# YOUR GOAL
Some entries follow. Reproduce exactly the lines starting at the one with "#19=CIRCLE('',#18,3.22718);" and stopping after the one with "#27=AXIS2_PLACEMENT_3D('',#24,#25,#26);".

(Stored data)

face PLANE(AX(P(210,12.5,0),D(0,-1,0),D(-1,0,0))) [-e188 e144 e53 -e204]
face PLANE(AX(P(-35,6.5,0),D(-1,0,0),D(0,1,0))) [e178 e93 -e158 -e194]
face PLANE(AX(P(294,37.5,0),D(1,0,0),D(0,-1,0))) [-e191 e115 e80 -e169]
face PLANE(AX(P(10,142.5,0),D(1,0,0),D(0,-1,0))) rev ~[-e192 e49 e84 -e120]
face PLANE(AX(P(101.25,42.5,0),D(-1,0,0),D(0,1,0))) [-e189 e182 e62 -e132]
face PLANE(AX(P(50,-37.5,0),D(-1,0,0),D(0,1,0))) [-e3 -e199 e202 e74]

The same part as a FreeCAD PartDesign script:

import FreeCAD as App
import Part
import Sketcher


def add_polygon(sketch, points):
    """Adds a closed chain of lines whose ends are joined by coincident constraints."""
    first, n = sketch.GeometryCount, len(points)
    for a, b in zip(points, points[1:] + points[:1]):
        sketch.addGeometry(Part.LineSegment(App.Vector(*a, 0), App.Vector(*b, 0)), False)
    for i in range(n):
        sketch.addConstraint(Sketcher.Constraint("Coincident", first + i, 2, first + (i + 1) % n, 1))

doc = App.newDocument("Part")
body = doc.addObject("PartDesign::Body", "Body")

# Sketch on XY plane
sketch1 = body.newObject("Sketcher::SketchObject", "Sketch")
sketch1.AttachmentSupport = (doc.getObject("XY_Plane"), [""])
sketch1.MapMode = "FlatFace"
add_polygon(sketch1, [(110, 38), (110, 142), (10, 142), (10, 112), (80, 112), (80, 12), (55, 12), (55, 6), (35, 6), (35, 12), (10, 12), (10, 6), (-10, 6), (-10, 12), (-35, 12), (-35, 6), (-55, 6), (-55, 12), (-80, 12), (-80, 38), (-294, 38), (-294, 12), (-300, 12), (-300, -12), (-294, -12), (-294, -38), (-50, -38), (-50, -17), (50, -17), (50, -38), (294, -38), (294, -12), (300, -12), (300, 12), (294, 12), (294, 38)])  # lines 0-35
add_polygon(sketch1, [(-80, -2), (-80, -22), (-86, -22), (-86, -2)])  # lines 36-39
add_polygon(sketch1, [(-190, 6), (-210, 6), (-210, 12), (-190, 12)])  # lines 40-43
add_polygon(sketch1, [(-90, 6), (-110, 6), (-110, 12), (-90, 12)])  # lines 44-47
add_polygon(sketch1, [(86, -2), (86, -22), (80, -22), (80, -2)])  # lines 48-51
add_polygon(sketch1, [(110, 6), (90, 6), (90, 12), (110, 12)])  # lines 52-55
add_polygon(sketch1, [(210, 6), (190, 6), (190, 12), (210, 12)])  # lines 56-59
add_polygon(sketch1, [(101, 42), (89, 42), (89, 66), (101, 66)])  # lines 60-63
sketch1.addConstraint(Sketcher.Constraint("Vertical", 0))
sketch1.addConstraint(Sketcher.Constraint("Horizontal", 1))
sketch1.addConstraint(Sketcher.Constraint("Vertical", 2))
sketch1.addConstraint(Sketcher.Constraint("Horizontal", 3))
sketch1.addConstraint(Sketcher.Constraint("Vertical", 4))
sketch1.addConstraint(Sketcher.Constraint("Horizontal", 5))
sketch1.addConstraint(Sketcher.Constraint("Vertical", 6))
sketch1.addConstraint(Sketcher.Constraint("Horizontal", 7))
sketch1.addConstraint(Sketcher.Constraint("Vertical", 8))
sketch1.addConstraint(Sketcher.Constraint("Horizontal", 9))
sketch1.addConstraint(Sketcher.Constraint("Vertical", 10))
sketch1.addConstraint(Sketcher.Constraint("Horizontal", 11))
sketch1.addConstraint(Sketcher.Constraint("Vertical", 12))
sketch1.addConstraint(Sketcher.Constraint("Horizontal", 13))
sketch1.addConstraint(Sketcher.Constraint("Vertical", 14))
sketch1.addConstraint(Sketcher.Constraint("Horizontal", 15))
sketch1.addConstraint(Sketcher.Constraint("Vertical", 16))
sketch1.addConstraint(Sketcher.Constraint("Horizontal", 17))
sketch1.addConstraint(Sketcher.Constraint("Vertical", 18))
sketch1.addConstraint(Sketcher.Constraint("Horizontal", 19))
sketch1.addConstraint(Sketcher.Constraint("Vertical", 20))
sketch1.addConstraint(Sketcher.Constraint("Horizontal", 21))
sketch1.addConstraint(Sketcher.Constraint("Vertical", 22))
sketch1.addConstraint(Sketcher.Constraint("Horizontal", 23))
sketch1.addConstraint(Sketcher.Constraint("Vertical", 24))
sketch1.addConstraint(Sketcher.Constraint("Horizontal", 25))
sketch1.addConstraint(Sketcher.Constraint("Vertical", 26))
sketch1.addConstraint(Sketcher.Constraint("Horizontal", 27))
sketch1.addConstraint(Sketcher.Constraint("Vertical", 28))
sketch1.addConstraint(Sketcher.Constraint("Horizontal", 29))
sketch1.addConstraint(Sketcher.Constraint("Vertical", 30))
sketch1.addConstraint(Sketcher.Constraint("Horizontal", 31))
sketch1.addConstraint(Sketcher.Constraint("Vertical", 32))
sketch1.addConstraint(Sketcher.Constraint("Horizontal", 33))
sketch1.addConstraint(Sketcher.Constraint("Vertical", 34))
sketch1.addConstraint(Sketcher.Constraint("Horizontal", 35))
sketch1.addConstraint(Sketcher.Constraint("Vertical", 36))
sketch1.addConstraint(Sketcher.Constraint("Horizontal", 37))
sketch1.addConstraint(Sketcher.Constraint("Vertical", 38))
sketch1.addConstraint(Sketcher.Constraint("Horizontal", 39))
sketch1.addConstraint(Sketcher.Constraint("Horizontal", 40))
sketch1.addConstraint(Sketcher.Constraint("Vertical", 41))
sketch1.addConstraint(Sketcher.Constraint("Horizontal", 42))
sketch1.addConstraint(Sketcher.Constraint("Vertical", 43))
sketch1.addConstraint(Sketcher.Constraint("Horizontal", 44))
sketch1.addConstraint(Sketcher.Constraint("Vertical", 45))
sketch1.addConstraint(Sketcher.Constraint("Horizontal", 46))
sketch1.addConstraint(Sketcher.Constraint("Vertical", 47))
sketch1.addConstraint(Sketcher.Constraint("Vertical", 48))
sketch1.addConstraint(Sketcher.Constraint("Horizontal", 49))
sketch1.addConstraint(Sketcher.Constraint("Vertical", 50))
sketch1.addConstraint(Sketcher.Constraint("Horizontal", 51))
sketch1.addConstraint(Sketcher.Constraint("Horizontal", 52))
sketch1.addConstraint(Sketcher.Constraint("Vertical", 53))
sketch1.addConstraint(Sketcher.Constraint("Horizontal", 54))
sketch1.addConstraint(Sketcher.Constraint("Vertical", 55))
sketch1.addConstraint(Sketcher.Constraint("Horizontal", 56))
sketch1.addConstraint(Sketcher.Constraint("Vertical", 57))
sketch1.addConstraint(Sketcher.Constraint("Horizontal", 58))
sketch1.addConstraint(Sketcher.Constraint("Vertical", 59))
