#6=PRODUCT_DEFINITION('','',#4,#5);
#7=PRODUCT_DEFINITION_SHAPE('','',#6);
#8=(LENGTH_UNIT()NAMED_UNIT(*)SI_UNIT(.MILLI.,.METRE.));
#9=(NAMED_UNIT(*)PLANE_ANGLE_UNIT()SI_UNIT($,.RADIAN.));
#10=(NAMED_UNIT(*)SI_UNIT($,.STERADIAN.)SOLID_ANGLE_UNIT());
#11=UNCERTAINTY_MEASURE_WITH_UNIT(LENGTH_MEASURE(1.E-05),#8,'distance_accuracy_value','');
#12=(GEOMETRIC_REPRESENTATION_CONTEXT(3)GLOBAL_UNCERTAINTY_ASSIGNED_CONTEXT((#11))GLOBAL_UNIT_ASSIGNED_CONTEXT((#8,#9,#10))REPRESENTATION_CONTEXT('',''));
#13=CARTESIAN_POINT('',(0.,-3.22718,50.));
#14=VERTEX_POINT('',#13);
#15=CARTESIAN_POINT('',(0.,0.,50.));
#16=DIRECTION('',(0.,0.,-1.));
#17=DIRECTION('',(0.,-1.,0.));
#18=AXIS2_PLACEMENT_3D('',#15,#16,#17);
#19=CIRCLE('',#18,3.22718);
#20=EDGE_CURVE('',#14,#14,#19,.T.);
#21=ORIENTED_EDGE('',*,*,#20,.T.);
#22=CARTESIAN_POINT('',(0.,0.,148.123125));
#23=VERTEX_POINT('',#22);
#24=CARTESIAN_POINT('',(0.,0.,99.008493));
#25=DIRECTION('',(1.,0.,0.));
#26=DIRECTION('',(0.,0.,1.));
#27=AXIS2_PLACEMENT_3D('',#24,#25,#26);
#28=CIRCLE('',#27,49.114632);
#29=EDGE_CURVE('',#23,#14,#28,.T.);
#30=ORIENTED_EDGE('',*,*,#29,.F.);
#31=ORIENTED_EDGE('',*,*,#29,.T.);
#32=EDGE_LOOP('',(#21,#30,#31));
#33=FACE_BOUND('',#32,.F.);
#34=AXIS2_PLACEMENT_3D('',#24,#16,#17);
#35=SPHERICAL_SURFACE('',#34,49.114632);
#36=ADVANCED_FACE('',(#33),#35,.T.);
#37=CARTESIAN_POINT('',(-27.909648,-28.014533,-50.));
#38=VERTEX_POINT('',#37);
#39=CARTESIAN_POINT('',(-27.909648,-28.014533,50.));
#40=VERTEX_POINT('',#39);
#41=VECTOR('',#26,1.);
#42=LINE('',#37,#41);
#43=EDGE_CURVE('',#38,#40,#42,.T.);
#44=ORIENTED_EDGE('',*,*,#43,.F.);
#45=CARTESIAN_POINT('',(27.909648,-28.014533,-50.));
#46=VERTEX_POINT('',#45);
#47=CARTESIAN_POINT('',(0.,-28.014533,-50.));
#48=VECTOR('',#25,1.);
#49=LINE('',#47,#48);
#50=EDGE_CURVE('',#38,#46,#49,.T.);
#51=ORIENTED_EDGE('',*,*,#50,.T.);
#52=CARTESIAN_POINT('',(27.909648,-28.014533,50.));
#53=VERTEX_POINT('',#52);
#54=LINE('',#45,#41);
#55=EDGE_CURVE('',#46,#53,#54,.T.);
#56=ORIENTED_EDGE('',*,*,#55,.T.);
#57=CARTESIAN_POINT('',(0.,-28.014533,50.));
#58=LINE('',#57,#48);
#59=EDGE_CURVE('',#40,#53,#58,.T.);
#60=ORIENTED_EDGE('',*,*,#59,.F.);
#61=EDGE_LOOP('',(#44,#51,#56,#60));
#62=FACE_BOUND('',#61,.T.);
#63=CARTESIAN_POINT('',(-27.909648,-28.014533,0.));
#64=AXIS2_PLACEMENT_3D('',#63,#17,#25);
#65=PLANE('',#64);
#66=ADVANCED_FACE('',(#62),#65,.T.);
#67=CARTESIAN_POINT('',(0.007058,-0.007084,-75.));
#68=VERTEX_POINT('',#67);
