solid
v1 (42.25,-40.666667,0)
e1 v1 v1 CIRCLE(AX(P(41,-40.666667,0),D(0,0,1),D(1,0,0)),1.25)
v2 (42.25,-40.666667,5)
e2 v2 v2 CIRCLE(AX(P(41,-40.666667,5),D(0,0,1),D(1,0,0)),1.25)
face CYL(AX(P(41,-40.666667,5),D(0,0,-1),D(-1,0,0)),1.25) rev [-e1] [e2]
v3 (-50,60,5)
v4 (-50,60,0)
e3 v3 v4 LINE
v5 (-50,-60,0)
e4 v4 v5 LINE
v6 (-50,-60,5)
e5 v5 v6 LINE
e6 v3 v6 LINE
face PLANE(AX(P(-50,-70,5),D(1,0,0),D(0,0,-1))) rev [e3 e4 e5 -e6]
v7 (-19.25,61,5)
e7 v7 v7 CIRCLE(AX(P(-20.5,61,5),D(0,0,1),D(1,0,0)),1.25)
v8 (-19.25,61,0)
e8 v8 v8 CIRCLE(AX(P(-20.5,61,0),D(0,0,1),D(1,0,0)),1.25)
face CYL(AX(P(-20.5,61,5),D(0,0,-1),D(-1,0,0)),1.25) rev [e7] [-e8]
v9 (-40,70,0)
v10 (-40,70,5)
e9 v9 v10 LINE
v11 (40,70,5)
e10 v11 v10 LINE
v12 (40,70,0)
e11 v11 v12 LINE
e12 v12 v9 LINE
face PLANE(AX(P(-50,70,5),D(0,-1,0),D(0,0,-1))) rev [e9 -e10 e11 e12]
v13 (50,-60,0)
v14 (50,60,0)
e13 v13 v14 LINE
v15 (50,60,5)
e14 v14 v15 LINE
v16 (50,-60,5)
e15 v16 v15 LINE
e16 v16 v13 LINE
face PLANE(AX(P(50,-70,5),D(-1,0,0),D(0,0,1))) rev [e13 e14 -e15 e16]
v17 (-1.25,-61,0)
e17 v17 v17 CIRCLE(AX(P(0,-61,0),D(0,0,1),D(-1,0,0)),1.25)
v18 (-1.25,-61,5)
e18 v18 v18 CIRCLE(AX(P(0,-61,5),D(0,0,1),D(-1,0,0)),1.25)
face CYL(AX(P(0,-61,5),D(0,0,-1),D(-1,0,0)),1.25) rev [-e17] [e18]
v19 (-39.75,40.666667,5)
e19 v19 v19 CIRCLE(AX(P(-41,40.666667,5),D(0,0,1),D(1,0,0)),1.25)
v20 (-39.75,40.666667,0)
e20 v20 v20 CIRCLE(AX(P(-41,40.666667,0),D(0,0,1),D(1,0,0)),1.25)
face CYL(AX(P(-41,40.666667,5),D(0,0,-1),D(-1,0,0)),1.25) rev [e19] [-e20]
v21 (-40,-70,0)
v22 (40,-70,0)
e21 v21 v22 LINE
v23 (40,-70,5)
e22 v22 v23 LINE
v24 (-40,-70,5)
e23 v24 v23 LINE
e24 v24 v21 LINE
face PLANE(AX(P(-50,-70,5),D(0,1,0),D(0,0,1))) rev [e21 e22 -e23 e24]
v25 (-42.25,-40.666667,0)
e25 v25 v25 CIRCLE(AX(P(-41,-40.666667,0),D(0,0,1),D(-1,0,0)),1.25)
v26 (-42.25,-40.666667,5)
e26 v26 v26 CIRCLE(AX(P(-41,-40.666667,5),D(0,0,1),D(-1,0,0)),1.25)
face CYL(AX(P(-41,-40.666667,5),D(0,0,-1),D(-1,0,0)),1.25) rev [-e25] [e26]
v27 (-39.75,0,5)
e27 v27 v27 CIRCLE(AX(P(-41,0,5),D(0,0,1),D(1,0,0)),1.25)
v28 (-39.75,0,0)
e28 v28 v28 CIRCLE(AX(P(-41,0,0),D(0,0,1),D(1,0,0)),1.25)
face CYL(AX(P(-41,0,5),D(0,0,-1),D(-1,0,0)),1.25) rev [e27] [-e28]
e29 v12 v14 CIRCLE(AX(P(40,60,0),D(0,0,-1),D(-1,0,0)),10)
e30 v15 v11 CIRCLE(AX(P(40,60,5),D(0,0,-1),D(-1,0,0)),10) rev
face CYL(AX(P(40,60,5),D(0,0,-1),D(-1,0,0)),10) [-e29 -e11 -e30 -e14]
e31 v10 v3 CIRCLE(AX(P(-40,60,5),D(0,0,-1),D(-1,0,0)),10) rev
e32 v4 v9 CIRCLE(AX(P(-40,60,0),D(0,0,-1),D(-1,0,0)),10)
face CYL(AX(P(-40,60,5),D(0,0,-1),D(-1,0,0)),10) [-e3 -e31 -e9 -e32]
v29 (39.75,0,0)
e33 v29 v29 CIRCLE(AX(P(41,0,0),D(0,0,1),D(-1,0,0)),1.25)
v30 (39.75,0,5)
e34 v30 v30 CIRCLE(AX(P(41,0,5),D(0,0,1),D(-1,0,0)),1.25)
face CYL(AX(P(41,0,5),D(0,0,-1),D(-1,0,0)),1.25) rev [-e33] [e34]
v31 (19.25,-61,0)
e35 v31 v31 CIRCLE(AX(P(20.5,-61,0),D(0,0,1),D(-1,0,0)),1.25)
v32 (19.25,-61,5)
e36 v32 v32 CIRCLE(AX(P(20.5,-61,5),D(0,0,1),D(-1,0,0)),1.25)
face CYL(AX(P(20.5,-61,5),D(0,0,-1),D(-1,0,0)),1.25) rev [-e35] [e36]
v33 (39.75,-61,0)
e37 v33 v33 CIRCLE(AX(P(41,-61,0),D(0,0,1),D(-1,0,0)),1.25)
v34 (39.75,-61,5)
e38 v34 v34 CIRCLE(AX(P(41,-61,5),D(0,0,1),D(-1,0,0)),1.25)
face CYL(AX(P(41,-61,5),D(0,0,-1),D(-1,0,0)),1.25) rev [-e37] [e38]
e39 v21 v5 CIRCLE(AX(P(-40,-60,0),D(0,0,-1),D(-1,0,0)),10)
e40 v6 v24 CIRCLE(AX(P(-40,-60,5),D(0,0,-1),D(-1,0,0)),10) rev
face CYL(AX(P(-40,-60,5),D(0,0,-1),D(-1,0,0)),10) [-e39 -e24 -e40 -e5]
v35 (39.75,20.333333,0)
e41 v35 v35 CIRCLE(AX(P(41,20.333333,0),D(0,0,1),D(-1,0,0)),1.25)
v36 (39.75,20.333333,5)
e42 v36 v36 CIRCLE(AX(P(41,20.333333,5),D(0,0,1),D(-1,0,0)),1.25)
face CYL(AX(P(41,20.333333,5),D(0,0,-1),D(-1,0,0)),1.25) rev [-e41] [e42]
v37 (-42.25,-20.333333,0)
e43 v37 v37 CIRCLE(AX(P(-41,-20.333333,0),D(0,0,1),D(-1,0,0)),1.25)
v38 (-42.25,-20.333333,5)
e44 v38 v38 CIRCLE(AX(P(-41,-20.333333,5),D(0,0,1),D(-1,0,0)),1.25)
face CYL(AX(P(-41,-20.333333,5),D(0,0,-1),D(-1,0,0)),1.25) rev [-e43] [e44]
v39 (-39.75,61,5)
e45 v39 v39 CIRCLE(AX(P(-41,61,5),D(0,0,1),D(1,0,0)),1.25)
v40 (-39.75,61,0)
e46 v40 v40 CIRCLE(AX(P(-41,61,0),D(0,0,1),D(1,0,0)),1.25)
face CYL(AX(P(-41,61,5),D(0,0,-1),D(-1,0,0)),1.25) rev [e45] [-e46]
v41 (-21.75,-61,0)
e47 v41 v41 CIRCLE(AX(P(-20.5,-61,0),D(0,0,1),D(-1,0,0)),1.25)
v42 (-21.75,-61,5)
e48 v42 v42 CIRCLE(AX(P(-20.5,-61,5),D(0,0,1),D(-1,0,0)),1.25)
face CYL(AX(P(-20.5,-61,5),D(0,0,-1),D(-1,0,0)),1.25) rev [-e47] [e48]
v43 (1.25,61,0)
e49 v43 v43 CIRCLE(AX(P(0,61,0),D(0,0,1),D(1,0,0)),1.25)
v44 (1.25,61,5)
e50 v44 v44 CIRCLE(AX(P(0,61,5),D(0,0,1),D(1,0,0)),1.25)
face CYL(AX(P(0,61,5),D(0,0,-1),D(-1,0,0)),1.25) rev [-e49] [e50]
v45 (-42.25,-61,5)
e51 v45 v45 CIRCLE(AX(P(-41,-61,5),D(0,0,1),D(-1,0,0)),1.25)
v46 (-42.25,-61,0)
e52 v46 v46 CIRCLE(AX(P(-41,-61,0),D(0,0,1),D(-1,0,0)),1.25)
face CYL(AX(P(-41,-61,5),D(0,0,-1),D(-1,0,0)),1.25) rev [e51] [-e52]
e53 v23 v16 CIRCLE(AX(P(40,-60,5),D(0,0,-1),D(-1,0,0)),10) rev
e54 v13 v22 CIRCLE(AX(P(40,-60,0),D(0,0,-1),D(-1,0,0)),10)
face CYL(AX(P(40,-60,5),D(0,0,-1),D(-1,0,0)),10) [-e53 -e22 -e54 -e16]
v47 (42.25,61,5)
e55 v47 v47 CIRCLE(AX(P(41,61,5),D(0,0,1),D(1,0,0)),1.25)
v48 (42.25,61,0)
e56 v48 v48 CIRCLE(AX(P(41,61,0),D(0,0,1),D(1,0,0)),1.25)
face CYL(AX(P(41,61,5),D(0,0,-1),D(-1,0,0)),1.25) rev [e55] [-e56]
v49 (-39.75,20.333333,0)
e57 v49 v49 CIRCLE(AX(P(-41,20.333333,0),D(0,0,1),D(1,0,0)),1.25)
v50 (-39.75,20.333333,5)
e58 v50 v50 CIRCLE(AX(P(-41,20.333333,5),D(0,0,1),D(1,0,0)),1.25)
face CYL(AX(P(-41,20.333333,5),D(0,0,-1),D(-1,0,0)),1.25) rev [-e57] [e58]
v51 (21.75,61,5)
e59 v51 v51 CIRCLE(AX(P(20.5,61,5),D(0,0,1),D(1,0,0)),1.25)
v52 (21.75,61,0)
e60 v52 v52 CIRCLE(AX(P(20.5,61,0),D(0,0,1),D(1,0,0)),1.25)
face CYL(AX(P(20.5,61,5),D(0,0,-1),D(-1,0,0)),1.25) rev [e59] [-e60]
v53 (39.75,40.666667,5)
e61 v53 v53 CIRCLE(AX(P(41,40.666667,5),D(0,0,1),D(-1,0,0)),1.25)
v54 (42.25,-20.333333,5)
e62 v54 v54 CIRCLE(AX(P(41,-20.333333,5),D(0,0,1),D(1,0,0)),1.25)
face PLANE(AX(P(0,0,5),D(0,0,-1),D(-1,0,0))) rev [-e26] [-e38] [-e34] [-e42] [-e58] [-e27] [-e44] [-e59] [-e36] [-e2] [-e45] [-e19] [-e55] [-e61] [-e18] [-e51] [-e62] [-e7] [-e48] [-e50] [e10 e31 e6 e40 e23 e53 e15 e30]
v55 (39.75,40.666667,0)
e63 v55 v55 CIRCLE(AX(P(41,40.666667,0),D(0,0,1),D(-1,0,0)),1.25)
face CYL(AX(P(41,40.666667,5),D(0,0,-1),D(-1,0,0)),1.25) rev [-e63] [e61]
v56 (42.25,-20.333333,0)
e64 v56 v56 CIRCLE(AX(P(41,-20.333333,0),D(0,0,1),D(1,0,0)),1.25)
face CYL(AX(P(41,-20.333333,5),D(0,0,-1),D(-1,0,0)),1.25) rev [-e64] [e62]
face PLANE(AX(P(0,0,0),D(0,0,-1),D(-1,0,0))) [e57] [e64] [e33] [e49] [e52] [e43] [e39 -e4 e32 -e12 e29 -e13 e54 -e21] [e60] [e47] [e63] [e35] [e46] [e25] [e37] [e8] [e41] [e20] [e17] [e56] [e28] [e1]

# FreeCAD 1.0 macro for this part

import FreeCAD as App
import Part
import Sketcher
Q = App.Units.Quantity


def edges_at(feature, points):
    """Names of the edges that pass closest to the given points."""
    edges = feature.Shape.Edges
    near = lambda p: min(range(len(edges)), key=lambda i: edges[i].distToShape(Part.Vertex(*p))[0])
    return sorted({f"Edge{near(p) + 1}" for p in points})


def add_polygon(sketch, points):
    """Adds a closed chain of lines whose ends are joined by coincident constraints."""
    first, n = sketch.GeometryCount, len(points)
    for a, b in zip(points, points[1:] + points[:1]):
        sketch.addGeometry(Part.LineSegment(App.Vector(*a, 0), App.Vector(*b, 0)), False)
    for i in range(n):
        sketch.addConstraint(Sketcher.Constraint("Coincident", first + i, 2, first + (i + 1) % n, 1))

doc = App.newDocument("Part")
params = doc.addObject("Spreadsheet::Sheet", "Params")
for row, (alias, value) in enumerate([
    ("sketch1_diameter", "2.5 mm"),
    ("sketch1_width", "100 mm"),
    ("sketch1_height", "140 mm"),
    ("pad1_length", "5 mm"),
    ("fillet_radius", "10 mm"),
], start=1):
    params.set(f"A{row}", alias)
    params.set(f"B{row}", "=" + value)
    params.setAlias(f"B{row}", alias)

body = doc.addObject("PartDesign::Body", "Body")

# Sketch on XY plane
sketch1 = body.newObject("Sketcher::SketchObject", "Sketch")
sketch1.AttachmentSupport = (doc.getObject("XY_Plane"), [""])
sketch1.MapMode = "FlatFace"
add_polygon(sketch1, [(-50, 70), (-50, -70), (50, -70), (50, 70)])  # lines 0-3
sketch1.addGeometry(Part.Circle(App.Vector(-41, -61, 0), App.Vector(0, 0, 1), 1.2), False)  # 4
sketch1.addGeometry(Part.Circle(App.Vector(-41, -40.7, 0), App.Vector(0, 0, 1), 1.2), False)  # 5
sketch1.addGeometry(Part.Circle(App.Vector(-20.5, -61, 0), App.Vector(0, 0, 1), 1.2), False)  # 6
sketch1.addGeometry(Part.Circle(App.Vector(-41, -20.3, 0), App.Vector(0, 0, 1), 1.2), False)  # 7
sketch1.addGeometry(Part.Circle(App.Vector(-41, 0, 0), App.Vector(0, 0, 1), 1.2), False)  # 8
sketch1.addGeometry(Part.Circle(App.Vector(0, -61, 0), App.Vector(0, 0, 1), 1.2), False)  # 9
sketch1.addGeometry(Part.Circle(App.Vector(20.5, -61, 0), App.Vector(0, 0, 1), 1.2), False)  # 10
sketch1.addGeometry(Part.Circle(App.Vector(41, -61, 0), App.Vector(0, 0, 1), 1.2), False)  # 11
sketch1.addGeometry(Part.Circle(App.Vector(41, -40.7, 0), App.Vector(0, 0, 1), 1.2), False)  # 12
sketch1.addGeometry(Part.Circle(App.Vector(41, -20.3, 0), App.Vector(0, 0, 1), 1.2), False)  # 13
sketch1.addGeometry(Part.Circle(App.Vector(41, 0, 0), App.Vector(0, 0, 1), 1.2), False)  # 14
sketch1.addGeometry(Part.Circle(App.Vector(-41, 20.3, 0), App.Vector(0, 0, 1), 1.2), False)  # 15
sketch1.addGeometry(Part.Circle(App.Vector(-41, 40.7, 0), App.Vector(0, 0, 1), 1.2), False)  # 16
sketch1.addGeometry(Part.Circle(App.Vector(-41, 61, 0), App.Vector(0, 0, 1), 1.2), False)  # 17
sketch1.addGeometry(Part.Circle(App.Vector(-20.5, 61, 0), App.Vector(0, 0, 1), 1.2), False)  # 18
sketch1.addGeometry(Part.Circle(App.Vector(41, 20.3, 0), App.Vector(0, 0, 1), 1.2), False)  # 19
sketch1.addGeometry(Part.Circle(App.Vector(0, 61, 0), App.Vector(0, 0, 1), 1.2), False)  # 20
sketch1.addGeometry(Part.Circle(App.Vector(20.5, 61, 0), App.Vector(0, 0, 1), 1.2), False)  # 21
sketch1.addGeometry(Part.Circle(App.Vector(41, 40.7, 0), App.Vector(0, 0, 1), 1.2), False)  # 22
sketch1.addGeometry(Part.Circle(App.Vector(41, 61, 0), App.Vector(0, 0, 1), 1.2), False)  # 23
sketch1.addConstraint(Sketcher.Constraint("Vertical", 0))
sketch1.addConstraint(Sketcher.Constraint("Horizontal", 1))
sketch1.addConstraint(Sketcher.Constraint("Vertical", 2))
sketch1.addConstraint(Sketcher.Constraint("Horizontal", 3))
sketch1.addConstraint(Sketcher.Constraint("Equal", 4, 5))
sketch1.addConstraint(Sketcher.Constraint("Equal", 5, 6))
sketch1.addConstraint(Sketcher.Constraint("Equal", 6, 7))
sketch1.addConstraint(Sketcher.Constraint("Equal", 7, 8))
sketch1.addConstraint(Sketcher.Constraint("Equal", 8, 9))
sketch1.addConstraint(Sketcher.Constraint("Equal", 9, 10))
sketch1.addConstraint(Sketcher.Constraint("Equal", 10, 11))
sketch1.addConstraint(Sketcher.Constraint("Equal", 11, 12))
sketch1.addConstraint(Sketcher.Constraint("Equal", 12, 13))
sketch1.addConstraint(Sketcher.Constraint("Equal", 13, 14))
sketch1.addConstraint(Sketcher.Constraint("Equal", 14, 15))
sketch1.addConstraint(Sketcher.Constraint("Equal", 15, 16))
sketch1.addConstraint(Sketcher.Constraint("Equal", 16, 17))
sketch1.addConstraint(Sketcher.Constraint("Equal", 17, 18))
sketch1.addConstraint(Sketcher.Constraint("Equal", 18, 19))
sketch1.addConstraint(Sketcher.Constraint("Equal", 19, 20))
sketch1.addConstraint(Sketcher.Constraint("Equal", 20, 21))
sketch1.addConstraint(Sketcher.Constraint("Equal", 21, 22))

# THE COMPLETED TASK
#19=CIRCLE('',#18,3.22718);
#20=EDGE_CURVE('',#14,#14,#19,.T.);
#21=ORIENTED_EDGE('',*,*,#20,.T.);
#22=CARTESIAN_POINT('',(0.,0.,148.123125));
#23=VERTEX_POINT('',#22);
#24=CARTESIAN_POINT('',(0.,0.,99.008493));
#25=DIRECTION('',(1.,0.,0.));
#26=DIRECTION('',(0.,0.,1.));
#27=AXIS2_PLACEMENT_3D('',#24,#25,#26);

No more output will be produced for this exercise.